TikTok's US general manager says the service won't go anywhere

US general manager of Chinese video sharing app TikTok said the service "doesn't plan to go anywhere" after President Donald Trump promised to ban him because of security and privacy concerns.

"We don't plan to go anywhere," said Vanessa Pappas in a video address on TikTok. "When it comes to security, we build the safest app because it's the right thing to do."

"We are so proud of all the different communities that call TikTok at home," said Pappas, calling on the millions of users of the app to "stand up for TikTok".

Pappas said the app employs 15,000 people in America and plans to create another 10,000 jobs in the coming years.
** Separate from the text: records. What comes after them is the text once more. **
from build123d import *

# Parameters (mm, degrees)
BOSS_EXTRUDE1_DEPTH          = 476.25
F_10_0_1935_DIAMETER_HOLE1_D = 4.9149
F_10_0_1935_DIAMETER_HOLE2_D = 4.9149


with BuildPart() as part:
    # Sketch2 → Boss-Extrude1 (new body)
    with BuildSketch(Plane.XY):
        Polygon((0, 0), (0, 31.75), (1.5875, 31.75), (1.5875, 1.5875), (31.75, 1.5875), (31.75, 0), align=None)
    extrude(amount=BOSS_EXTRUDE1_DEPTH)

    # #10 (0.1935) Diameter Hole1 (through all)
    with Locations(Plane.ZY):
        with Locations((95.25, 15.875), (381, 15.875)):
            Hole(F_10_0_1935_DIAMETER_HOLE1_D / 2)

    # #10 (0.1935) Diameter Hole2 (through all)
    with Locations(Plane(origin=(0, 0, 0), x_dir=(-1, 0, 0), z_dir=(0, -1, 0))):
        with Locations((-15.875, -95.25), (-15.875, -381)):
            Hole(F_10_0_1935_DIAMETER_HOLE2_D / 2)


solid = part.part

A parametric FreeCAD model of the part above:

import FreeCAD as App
import Part
import Sketcher

V = App.Vector
Q = App.Units.Quantity

doc = App.newDocument("Part")
body = doc.addObject("PartDesign::Body", "Body")

# Sketch on XY plane
sketch1 = body.newObject("Sketcher::SketchObject", "Sketch")
sketch1.AttachmentSupport = (doc.getObject("XY_Plane"), [""])
sketch1.MapMode = "FlatFace"
sketch1.addGeometry(Part.LineSegment(V(0, 31.8, 0), V(0, 0, 0)), False)
sketch1.addGeometry(Part.LineSegment(V(0, 0, 0), V(31.8, 0, 0)), False)
sketch1.addGeometry(Part.LineSegment(V(31.8, 0, 0), V(31.8, 1.6, 0)), False)
sketch1.addGeometry(Part.LineSegment(V(31.8, 1.6, 0), V(1.6, 1.6, 0)), False)
sketch1.addGeometry(Part.LineSegment(V(1.6, 1.6, 0), V(1.6, 31.8, 0)), False)
sketch1.addGeometry(Part.LineSegment(V(1.6, 31.8, 0), V(0, 31.8, 0)), False)
sketch1.addConstraint(Sketcher.Constraint("Coincident", 0, 2, 1, 1))
sketch1.addConstraint(Sketcher.Constraint("Coincident", 1, 2, 2, 1))
sketch1.addConstraint(Sketcher.Constraint("Coincident", 2, 2, 3, 1))
sketch1.addConstraint(Sketcher.Constraint("Coincident", 3, 2, 4, 1))
sketch1.addConstraint(Sketcher.Constraint("Coincident", 4, 2, 5, 1))
sketch1.addConstraint(Sketcher.Constraint("Coincident", 5, 2, 0, 1))
sketch1.addConstraint(Sketcher.Constraint("Vertical", 0))
sketch1.addConstraint(Sketcher.Constraint("Horizontal", 1))
sketch1.addConstraint(Sketcher.Constraint("Vertical", 2))
sketch1.addConstraint(Sketcher.Constraint("Horizontal", 3))
sketch1.addConstraint(Sketcher.Constraint("Vertical", 4))
sketch1.addConstraint(Sketcher.Constraint("Horizontal", 5))
sketch1.addConstraint(Sketcher.Constraint("Coincident", 0, 2, -1, 1))
sketch1.addConstraint(Sketcher.Constraint("Equal", 1, 0))
sketch1.addConstraint(Sketcher.Constraint("Equal", 5, 2))
sketch1.addConstraint(Sketcher.Constraint("DistanceX", 1, 1, 1, 2, Q("1.25 in")))
sketch1.addConstraint(Sketcher.Constraint("DistanceX", 3, 2, 3, 1, Q("1.1875 in")))
pad1 = body.newObject("PartDesign::Pad", "Pad")
pad1.Profile = sketch1
pad1.Length = Q("18.75 in")

# Sketch on YZ plane
sketch2 = body.newObject("Sketcher::SketchObject", "Sketch001")
sketch2.AttachmentSupport = (doc.getObject("YZ_Plane"), [""])
sketch2.MapMode = "FlatFace"
sketch2.addGeometry(Part.Circle(V(15.9, 95.2, 0), V(0, 0, 1), 2.5), False)
sketch2.addGeometry(Part.Circle(V(15.9, 381, 0), V(0, 0, 1), 2.5), False)
sketch2.addConstraint(Sketcher.Constraint("Equal", 0, 1))
sketch2.addConstraint(Sketcher.Constraint("Vertical", 0, 3, 1, 3))
sketch2.addConstraint(Sketcher.Constraint("DistanceY", -1, 1, 1, 3, Q("15 in")))
sketch2.addConstraint(Sketcher.Constraint("Diameter", 0, Q("0.1935 in")))
sketch2.addConstraint(Sketcher.Constraint("DistanceY", -1, 1, 0, 3, Q("3.75 in")))
sketch2.addConstraint(Sketcher.Constraint("DistanceX", -1, 1, 0, 3, Q("0.625 in")))
doc.recompute()
hole = body.newObject("PartDesign::Hole", "Hole")
hole.Profile = sketch2
hole.ThreadType = "None"
hole.Diameter = Q("0.1935 in")
hole.DepthType = "ThroughAll"
hole.Reversed = True

# Sketch on XZ plane
sketch3 = body.newObject("Sketcher::SketchObject", "Sketch002")
sketch3.AttachmentSupport = (doc.getObject("XZ_Plane"), [""])
sketch3.MapMode = "FlatFace"
sketch3.addGeometry(Part.Circle(V(15.9, 95.2, 0), V(0, 0, 1), 2.5), False)
sketch3.addGeometry(Part.Circle(V(15.9, 381, 0), V(0, 0, 1), 2.5), False)
sketch3.addConstraint(Sketcher.Constraint("Equal", 0, 1))
sketch3.addConstraint(Sketcher.Constraint("Vertical", 0, 3, 1, 3))
sketch3.addConstraint(Sketcher.Constraint("DistanceY", -1, 1, 1, 3, Q("15 in")))
sketch3.addConstraint(Sketcher.Constraint("Diameter", 0, Q("0.1935 in")))
sketch3.addConstraint(Sketcher.Constraint("DistanceY", -1, 1, 0, 3, Q("3.75 in")))
sketch3.addConstraint(Sketcher.Constraint("DistanceX", -1, 1, 0, 3, Q("0.625 in")))
doc.recompute()
hole2 = body.newObject("PartDesign::Hole", "Hole001")
hole2.Profile = sketch3
hole2.ThreadType = "None"
hole2.Diameter = Q("0.1935 in")
hole2.DepthType = "ThroughAll"

doc.recompute()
It follows Trump's vow to sign a ban ban on the app, expected on Saturday, and has sparked a flood of speculation about acquisitions. Microsoft is reportedly considering a deal to take control of the Chinese app to enable it to continue operating in the United States

"We don't plan to go anywhere," said Vanessa Pappas, US general manager of TikTok, in a video address about the service

Two people familiar with the matter said on Saturday that China's ByteDance has agreed to fully divest TikTok's U.S. operations to save a White House deal.
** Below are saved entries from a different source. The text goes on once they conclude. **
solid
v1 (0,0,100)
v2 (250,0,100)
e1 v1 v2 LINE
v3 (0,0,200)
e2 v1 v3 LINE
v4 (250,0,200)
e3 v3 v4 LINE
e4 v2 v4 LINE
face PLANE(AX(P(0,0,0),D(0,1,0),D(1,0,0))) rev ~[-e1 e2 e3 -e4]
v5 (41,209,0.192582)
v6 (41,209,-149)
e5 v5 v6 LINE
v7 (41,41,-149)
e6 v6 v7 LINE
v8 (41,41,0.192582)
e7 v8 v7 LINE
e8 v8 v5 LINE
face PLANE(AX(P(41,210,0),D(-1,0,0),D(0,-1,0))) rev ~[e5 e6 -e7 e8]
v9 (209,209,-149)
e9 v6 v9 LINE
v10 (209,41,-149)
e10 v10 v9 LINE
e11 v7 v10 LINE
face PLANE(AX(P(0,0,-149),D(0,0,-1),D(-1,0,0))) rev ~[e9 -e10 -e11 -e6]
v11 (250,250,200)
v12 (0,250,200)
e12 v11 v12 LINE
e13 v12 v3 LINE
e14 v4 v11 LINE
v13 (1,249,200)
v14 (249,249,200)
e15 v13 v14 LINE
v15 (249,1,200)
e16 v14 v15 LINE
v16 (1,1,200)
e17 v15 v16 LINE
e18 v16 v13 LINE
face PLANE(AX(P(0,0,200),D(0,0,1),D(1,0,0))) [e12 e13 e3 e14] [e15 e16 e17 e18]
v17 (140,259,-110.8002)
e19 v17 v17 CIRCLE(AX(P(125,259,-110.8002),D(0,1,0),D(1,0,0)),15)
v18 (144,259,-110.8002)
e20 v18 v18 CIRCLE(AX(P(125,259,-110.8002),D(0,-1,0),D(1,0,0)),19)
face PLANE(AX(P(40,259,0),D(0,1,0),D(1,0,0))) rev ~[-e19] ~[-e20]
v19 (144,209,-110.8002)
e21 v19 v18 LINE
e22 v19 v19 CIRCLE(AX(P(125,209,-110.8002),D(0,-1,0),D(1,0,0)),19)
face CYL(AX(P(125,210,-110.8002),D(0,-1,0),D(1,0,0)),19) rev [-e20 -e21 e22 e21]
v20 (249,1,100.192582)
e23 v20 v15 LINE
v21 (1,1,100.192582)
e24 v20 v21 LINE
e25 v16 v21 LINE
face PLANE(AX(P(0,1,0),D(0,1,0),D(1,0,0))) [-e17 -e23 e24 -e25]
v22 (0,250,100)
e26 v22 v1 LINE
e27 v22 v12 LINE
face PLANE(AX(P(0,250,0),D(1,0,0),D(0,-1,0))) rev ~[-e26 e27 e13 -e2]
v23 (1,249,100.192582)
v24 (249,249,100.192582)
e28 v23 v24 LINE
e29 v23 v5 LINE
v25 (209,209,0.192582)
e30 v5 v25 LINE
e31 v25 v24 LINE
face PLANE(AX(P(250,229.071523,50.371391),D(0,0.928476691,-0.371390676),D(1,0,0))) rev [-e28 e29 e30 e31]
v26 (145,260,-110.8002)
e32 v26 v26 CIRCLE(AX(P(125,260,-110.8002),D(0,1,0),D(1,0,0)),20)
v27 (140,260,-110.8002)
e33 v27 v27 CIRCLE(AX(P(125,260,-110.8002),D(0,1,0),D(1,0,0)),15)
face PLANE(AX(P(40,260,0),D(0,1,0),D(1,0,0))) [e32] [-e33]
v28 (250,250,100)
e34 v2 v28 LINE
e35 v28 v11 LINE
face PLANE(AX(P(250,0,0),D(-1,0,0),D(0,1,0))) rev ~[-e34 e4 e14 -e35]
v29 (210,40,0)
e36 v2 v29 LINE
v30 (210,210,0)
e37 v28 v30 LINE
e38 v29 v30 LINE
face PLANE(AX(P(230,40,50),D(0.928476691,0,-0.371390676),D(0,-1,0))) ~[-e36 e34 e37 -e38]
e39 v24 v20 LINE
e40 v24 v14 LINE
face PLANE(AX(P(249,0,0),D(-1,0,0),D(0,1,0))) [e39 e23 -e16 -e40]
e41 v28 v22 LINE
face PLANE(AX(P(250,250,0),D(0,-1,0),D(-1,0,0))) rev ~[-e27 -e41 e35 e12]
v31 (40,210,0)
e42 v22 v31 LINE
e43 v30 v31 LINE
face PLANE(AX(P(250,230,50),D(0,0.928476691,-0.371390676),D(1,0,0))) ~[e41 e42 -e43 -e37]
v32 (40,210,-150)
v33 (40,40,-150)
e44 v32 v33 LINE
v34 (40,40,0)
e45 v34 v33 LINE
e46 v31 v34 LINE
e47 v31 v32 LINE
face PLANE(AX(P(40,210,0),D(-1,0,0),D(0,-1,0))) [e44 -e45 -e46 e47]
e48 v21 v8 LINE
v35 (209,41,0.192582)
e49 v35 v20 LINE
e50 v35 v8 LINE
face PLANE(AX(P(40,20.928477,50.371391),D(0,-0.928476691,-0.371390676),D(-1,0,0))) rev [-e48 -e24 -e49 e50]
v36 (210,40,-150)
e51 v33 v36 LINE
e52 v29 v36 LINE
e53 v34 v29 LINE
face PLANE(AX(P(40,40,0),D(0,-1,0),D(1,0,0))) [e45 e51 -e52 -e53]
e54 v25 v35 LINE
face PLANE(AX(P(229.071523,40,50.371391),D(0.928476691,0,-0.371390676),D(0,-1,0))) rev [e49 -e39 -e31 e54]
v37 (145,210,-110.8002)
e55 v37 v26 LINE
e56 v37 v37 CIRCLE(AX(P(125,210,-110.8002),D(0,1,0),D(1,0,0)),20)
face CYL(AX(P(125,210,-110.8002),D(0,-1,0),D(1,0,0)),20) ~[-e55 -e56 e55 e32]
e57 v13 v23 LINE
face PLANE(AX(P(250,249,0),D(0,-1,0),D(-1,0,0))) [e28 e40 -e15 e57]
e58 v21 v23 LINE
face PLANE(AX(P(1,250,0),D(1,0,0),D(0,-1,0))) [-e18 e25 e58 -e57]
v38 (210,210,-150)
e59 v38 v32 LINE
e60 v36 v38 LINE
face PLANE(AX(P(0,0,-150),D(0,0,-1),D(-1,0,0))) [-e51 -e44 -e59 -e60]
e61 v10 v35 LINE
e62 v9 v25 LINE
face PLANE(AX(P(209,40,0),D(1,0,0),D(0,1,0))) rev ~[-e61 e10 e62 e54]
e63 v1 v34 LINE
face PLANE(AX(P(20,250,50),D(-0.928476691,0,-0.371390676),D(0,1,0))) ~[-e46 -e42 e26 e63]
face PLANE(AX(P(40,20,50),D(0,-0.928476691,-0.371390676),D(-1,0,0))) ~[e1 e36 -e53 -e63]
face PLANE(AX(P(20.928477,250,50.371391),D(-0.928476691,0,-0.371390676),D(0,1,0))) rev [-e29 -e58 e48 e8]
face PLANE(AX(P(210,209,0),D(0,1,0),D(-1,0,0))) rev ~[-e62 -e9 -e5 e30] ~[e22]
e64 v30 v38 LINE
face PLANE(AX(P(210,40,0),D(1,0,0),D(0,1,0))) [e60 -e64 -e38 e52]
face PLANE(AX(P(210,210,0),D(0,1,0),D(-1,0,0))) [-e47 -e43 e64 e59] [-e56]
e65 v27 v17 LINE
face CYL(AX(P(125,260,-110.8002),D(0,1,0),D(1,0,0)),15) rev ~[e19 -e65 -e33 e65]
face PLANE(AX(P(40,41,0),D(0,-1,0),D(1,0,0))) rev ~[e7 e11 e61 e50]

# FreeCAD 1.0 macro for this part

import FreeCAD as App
import Part
import Sketcher
Q = App.Units.Quantity


def edges_at(feature, points):
    """Names of the edges that pass closest to the given points."""
    edges = feature.Shape.Edges
    near = lambda p: min(range(len(edges)), key=lambda i: edges[i].distToShape(Part.Vertex(*p))[0])
    return sorted({f"Edge{near(p) + 1}" for p in points})


def faces_at(feature, points):
    """Names of the faces that lie closest to the given points."""
    faces = feature.Shape.Faces
    near = lambda p: min(range(len(faces)), key=lambda i: faces[i].distToShape(Part.Vertex(*p))[0])
    return sorted({f"Face{near(p) + 1}" for p in points})

doc = App.newDocument("Part")
body = doc.addObject("PartDesign::Body", "Body")

# Sketch on XY plane
sketch1 = body.newObject("Sketcher::SketchObject", "Sketch")
sketch1.AttachmentSupport = (doc.getObject("XY_Plane"), [""])
sketch1.MapMode = "FlatFace"
sketch1.addGeometry([
    Part.LineSegment(App.Vector(0, 250, 0), App.Vector(0, 0, 0)),
    Part.LineSegment(App.Vector(0, 0, 0), App.Vector(250, 0, 0)),
    Part.LineSegment(App.Vector(250, 0, 0), App.Vector(250, 250, 0)),
    Part.LineSegment(App.Vector(250, 250, 0), App.Vector(0, 250, 0)),
], False)
sketch1.addConstraint([
    Sketcher.Constraint("Coincident", 0, 2, 1, 1),
    Sketcher.Constraint("Coincident", 1, 2, 2, 1),
    Sketcher.Constraint("Coincident", 2, 2, 3, 1),
    Sketcher.Constraint("Coincident", 3, 2, 0, 1),
    Sketcher.Constraint("Vertical", 0),
    Sketcher.Constraint("Horizontal", 1),
    Sketcher.Constraint("Vertical", 2),
    Sketcher.Constraint("Horizontal", 3),
    Sketcher.Constraint("Coincident", 0, 2, -1, 1),
    Sketcher.Constraint("Equal", 3, 0),
    Sketcher.Constraint("DistanceX", 1, 1, 1, 2, Q("250 mm")),
])
pad1 = body.newObject("PartDesign::Pad", "Pad")
pad1.Profile = sketch1
pad1.Length = 200
doc.recompute()

chamfer = body.newObject("PartDesign::Chamfer", "Chamfer")
chamfer.Base = (pad1, edges_at(pad1, [(0, 125, 0)]))
chamfer.ChamferType = "Two distances"
chamfer.Size = 100
chamfer.Size2 = 40
doc.recompute()

chamfer2 = body.newObject("PartDesign::Chamfer", "Chamfer001")
chamfer2.Base = (chamfer, edges_at(chamfer, [(145, 0, 0)]))
chamfer2.ChamferType = "Two distances"
chamfer2.Size = 100
chamfer2.Size2 = 40
doc.recompute()

chamfer3 = body.newObject("PartDesign::Chamfer", "Chamfer002")
chamfer3.Base = (chamfer2, edges_at(chamfer2, [(145, 250, 0)]))
chamfer3.ChamferType = "Two distances"
chamfer3.Size = 100
chamfer3.Size2 = 40
chamfer3.FlipDirection = True
doc.recompute()

chamfer4 = body.newObject("PartDesign::Chamfer", "Chamfer003")
chamfer4.Base = (chamfer3, edges_at(chamfer3, [(250, 125, 0)]))
chamfer4.ChamferType = "Two distances"
chamfer4.Size = 100
chamfer4.Size2 = 40
chamfer4.FlipDirection = True

# Sketch on XY plane
sketch2 = body.newObject("Sketcher::SketchObject", "Sketch001")
sketch2.AttachmentSupport = (doc.getObject("XY_Plane"), [""])
sketch2.MapMode = "FlatFace"
sketch2.addGeometry([
    Part.LineSegment(App.Vector(210, 40, 0), App.Vector(40, 40, 0)),
    Part.LineSegment(App.Vector(40, 40, 0), App.Vector(40, 210, 0)),
    Part.LineSegment(App.Vector(40, 210, 0), App.Vector(210, 210, 0)),
    Part.LineSegment(App.Vector(210, 210, 0), App.Vector(210, 40, 0)),
], False)
sketch2.addConstraint([
    Sketcher.Constraint("Coincident", 0, 2, 1, 1),
    Sketcher.Constraint("Coincident", 1, 2, 2, 1),
    Sketcher.Constraint("Coincident", 2, 2, 3, 1),
    Sketcher.Constraint("Coincident", 3, 2, 0, 1),
    Sketcher.Constraint("Horizontal", 0),
    Sketcher.Constraint("Vertical", 1),
    Sketcher.Constraint("Horizontal", 2),
    Sketcher.Constraint("Vertical", 3),
    Sketcher.Constraint("Equal", 2, 1),
    Sketcher.Constraint("DistanceX", 0, 2, 0, 1, Q("170 mm")),
    Sketcher.Constraint("DistanceX", -1, 1, 0, 2, Q("40 mm")),
    Sketcher.Constraint("DistanceY", -1, 1, 0, 2, Q("40 mm")),
])
pad2 = body.newObject("PartDesign::Pad", "Pad001")
pad2.Profile = sketch2
pad2.Length = 150
pad2.Reversed = True

# Sketch on XZ plane
sketch3 = body.newObject("Sketcher::SketchObject", "Sketch002")
sketch3.AttachmentSupport = (doc.getObject("XZ_Plane"), [""])
sketch3.MapMode = "FlatFace"
sketch3.AttachmentOffset = App.Placement(App.Vector(0, 0, -210), App.Rotation())
sketch3.addGeometry(Part.Circle(App.Vector(125, -110.8002, 0), App.Vector(0, 0, 1), 20), False)
sketch3.addConstraint([
    Sketcher.Constraint("Diameter", 0, Q("40 mm")),
    Sketcher.Constraint("DistanceX", -1, 1, 0, 3, Q("125 mm")),
    Sketcher.Constraint("DistanceY", 0, 3, -1, 1, Q("110.8002 mm")),
])
pad3 = body.newObject("PartDesign::Pad", "Pad002")
pad3.Profile = sketch3
pad3.Length = 50
pad3.Reversed = True
doc.recompute()

thickness = body.newObject("PartDesign::Thickness", "Thickness")
thickness.Base = (pad3, faces_at(pad3, [(83.333, 166.667, 200)]))
thickness.Value = 1
thickness.Reversed = True
thickness.Join = "Intersection"

# Sketch on XZ plane
sketch4 = body.newObject("Sketcher::SketchObject", "Sketch003")
sketch4.AttachmentSupport = (doc.getObject("XZ_Plane"), [""])
sketch4.MapMode = "FlatFace"
sketch4.AttachmentOffset = App.Placement(App.Vector(0, 0, -260), App.Rotation())
sketch4.addGeometry(Part.Circle(App.Vector(125, -110.8002, 0), App.Vector(0, 0, 1), 15), False)
sketch4.addConstraint([
    Sketcher.Constraint("Diameter", 0, Q("30 mm")),
    Sketcher.Constraint("DistanceX", -1, 1, 0, 3, Q("125 mm")),
    Sketcher.Constraint("DistanceY", 0, 3, -1, 1, Q("110.8002 mm")),
])
pocket1 = body.newObject("PartDesign::Pocket", "Pocket")
pocket1.Profile = sketch4
pocket1.Length = 60
pocket1.Reversed = True

doc.recompute()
U.S. officials said that TikTok is a national risk among its Chinese parent due to the personal information it processes.
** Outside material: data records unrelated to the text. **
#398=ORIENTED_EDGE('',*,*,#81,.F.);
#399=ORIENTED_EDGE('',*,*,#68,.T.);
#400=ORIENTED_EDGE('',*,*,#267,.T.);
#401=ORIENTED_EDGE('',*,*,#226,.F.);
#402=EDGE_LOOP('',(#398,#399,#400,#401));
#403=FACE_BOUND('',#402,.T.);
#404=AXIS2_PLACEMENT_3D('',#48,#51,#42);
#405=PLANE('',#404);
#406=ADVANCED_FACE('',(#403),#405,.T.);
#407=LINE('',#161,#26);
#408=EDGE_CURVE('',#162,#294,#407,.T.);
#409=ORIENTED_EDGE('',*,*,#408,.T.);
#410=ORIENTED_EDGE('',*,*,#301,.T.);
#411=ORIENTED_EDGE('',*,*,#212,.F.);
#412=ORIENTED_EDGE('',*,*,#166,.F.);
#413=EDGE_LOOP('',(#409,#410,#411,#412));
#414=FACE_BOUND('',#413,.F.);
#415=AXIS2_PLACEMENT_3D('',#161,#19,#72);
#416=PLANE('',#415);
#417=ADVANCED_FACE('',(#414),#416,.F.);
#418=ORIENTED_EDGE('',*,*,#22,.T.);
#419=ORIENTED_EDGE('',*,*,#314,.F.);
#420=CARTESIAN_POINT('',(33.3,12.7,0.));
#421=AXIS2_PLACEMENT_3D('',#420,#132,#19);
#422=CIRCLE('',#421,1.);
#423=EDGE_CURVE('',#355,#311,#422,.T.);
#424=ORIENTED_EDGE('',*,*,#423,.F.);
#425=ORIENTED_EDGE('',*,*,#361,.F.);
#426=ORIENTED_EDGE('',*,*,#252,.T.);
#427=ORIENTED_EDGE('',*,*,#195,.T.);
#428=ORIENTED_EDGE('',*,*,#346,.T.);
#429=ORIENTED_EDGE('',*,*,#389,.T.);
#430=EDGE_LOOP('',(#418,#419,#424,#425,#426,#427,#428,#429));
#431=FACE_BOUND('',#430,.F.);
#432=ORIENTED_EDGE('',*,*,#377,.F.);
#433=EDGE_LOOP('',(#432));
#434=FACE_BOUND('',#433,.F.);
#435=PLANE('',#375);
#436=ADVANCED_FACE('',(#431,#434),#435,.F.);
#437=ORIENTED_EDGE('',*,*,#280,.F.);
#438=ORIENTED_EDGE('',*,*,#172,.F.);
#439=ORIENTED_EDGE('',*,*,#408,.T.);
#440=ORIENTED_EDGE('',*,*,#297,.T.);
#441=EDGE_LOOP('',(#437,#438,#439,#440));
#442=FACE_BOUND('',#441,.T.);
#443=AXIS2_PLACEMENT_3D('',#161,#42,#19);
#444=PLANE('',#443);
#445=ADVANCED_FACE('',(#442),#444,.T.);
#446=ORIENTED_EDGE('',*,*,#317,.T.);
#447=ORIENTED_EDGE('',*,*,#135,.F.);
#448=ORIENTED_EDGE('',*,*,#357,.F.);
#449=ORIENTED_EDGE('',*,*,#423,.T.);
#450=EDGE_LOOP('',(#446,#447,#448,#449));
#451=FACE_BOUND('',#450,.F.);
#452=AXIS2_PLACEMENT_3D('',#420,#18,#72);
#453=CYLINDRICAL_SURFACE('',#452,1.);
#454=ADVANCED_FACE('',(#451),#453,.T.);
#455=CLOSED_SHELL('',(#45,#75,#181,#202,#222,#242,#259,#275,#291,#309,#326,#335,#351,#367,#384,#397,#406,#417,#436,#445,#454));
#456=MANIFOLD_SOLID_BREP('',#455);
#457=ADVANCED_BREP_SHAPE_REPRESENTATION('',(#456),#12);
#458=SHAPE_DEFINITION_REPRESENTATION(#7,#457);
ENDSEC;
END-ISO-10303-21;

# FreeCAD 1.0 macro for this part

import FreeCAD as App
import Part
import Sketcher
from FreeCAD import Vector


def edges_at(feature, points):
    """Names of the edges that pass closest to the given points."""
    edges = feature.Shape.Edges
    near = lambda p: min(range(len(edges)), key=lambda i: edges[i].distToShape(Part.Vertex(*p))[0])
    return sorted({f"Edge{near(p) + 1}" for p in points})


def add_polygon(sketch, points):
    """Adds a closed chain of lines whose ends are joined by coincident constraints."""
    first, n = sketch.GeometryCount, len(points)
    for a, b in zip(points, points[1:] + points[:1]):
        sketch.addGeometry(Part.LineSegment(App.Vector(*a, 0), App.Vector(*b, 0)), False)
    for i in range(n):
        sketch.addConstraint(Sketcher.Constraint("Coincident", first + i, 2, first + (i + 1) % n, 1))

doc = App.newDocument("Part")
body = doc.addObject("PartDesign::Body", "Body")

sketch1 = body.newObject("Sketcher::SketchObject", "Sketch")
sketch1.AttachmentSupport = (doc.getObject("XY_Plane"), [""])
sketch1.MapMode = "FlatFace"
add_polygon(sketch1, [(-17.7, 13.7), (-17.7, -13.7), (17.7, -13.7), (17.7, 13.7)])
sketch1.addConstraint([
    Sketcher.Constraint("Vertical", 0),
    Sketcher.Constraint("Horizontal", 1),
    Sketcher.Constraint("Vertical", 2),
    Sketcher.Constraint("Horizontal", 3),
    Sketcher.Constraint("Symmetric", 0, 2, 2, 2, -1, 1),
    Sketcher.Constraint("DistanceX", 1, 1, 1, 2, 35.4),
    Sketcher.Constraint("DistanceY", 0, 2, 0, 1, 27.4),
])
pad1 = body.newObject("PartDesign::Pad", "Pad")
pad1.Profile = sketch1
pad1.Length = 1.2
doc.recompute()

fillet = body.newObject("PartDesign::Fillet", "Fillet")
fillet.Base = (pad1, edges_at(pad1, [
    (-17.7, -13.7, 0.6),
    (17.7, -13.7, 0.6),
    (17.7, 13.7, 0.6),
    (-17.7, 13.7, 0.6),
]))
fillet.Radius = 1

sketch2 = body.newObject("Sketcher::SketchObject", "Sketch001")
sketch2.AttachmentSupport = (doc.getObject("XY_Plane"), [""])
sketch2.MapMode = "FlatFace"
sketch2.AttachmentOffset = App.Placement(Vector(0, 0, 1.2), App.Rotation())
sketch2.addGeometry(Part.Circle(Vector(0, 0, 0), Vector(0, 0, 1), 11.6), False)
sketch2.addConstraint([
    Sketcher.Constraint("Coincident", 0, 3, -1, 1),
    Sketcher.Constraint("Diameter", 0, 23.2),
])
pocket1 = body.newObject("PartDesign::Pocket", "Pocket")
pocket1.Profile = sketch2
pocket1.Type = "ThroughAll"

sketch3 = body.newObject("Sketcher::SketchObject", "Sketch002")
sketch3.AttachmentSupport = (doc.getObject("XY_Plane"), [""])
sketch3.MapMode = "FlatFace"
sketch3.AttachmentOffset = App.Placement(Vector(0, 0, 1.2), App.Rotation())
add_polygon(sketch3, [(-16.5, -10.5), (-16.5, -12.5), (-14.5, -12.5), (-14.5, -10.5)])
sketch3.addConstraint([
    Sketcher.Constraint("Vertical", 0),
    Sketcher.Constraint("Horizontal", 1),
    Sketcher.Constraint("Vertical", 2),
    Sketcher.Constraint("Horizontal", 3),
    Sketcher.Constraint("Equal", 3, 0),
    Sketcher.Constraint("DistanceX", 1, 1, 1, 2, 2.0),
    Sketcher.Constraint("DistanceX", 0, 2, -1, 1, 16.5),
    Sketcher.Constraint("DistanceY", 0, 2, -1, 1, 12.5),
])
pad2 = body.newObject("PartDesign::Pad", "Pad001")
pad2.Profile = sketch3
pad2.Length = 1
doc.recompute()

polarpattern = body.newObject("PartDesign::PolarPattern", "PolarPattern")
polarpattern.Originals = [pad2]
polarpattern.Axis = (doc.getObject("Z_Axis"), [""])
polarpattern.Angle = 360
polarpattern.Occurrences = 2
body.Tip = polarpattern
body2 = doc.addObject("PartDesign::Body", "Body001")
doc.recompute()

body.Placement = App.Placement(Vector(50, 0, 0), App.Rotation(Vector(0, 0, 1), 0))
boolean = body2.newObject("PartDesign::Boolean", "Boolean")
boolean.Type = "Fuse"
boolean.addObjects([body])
The concession announced by ByteDance will examine whether Trump's threat to ban TikTok is a negotiating tactic or intends to act against a social media app that has up to 80 million active users in the U.S. daily.

Trump told Air Force One reporters late Friday that he would issue an order to ban TikTok in the U.S. on Saturday.

"Not the business you've heard they'll buy and sell … We're not an M&A country (mergers and acquisitions)," Trump said.

ByteDance had previously attempted to hold a minority stake in TikTok's US business, a proposal that the White House had rejected.

Trump told reporters that he could already ban TikTok in the U.S. on Saturday while traveling back from Tampa with Air Force One on Friday

Trump told reporters that he could already ban TikTok in the U.S. on Saturday while traveling back from Tampa with Air Force One on Friday

As part of the new contract proposal, ByteDance would leave the company entirely and Microsoft Corp would acquire TikTok in the United States, the sources said.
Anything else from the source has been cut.